◆ DATA EXTRACT ◆
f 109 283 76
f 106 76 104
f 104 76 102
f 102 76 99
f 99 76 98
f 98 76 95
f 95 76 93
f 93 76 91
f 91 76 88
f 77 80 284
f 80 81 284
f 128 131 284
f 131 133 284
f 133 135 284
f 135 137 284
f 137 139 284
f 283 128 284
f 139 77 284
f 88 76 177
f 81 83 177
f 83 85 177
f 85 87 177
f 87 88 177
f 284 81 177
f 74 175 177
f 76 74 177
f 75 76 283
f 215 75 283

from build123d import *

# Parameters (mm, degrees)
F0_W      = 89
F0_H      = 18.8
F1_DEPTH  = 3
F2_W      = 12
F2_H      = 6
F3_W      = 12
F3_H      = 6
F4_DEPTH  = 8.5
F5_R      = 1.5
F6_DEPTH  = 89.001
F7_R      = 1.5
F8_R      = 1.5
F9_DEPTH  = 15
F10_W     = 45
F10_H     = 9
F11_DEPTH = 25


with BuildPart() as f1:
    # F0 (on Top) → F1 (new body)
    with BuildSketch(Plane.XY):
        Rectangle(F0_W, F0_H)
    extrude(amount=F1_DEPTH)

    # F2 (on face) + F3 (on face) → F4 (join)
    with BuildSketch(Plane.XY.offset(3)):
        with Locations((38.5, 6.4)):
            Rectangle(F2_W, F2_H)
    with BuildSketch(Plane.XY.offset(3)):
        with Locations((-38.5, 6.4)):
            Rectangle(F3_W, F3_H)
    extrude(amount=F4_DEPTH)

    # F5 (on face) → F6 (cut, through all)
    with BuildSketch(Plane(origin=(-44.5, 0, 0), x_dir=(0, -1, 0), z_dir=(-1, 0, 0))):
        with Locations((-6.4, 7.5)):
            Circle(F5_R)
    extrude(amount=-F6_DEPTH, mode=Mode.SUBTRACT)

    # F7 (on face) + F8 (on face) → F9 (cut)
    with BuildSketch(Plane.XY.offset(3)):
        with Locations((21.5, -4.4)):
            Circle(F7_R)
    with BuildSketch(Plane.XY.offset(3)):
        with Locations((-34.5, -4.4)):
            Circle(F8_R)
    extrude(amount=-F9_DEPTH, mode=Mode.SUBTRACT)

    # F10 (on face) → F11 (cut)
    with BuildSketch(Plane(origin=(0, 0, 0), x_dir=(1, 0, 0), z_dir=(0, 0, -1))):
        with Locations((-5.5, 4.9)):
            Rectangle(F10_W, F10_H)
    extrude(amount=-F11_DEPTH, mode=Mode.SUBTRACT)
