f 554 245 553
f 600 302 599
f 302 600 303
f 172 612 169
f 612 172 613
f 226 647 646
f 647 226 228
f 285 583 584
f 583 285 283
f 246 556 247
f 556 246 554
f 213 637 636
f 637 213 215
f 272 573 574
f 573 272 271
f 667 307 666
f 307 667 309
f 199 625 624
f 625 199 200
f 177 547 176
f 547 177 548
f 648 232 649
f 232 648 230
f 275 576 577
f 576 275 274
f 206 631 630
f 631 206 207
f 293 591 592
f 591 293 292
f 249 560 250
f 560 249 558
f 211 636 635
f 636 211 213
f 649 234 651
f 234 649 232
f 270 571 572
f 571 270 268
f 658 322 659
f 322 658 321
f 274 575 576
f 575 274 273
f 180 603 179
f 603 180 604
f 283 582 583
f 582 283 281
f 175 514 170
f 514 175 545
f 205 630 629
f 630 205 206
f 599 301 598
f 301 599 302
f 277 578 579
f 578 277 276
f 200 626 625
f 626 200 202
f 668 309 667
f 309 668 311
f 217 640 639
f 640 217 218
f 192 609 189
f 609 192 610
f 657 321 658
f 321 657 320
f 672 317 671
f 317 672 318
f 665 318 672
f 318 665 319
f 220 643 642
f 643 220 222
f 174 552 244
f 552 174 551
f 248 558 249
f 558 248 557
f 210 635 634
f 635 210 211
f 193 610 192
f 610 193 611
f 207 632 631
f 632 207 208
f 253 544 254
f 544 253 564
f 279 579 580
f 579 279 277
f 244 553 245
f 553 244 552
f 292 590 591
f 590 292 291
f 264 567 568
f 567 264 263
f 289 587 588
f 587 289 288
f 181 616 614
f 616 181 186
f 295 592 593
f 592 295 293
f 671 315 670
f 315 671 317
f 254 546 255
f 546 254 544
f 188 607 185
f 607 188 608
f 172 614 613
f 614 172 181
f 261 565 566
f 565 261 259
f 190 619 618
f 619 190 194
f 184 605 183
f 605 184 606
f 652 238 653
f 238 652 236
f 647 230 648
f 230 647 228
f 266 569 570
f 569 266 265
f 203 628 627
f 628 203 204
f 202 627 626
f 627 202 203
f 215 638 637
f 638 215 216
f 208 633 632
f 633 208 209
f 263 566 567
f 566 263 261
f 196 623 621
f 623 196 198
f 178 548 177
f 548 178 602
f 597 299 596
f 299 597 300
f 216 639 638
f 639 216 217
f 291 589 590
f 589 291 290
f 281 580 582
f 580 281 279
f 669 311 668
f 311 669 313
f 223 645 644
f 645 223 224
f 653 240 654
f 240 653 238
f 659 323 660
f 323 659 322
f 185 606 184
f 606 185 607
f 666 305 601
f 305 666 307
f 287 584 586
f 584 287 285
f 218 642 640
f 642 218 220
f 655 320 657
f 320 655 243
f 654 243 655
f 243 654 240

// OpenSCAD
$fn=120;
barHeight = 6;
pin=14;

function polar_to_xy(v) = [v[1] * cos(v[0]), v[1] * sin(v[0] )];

◆ WORK ORDER ◆
Return every line from the material that contains the word "Locations".

◆ FINISHED TASK ◆
        with Locations((38.5, 6.4)):
        with Locations((-38.5, 6.4)):
        with Locations((-6.4, 7.5)):
        with Locations((21.5, -4.4)):
        with Locations((-34.5, -4.4)):
        with Locations((-5.5, 4.9)):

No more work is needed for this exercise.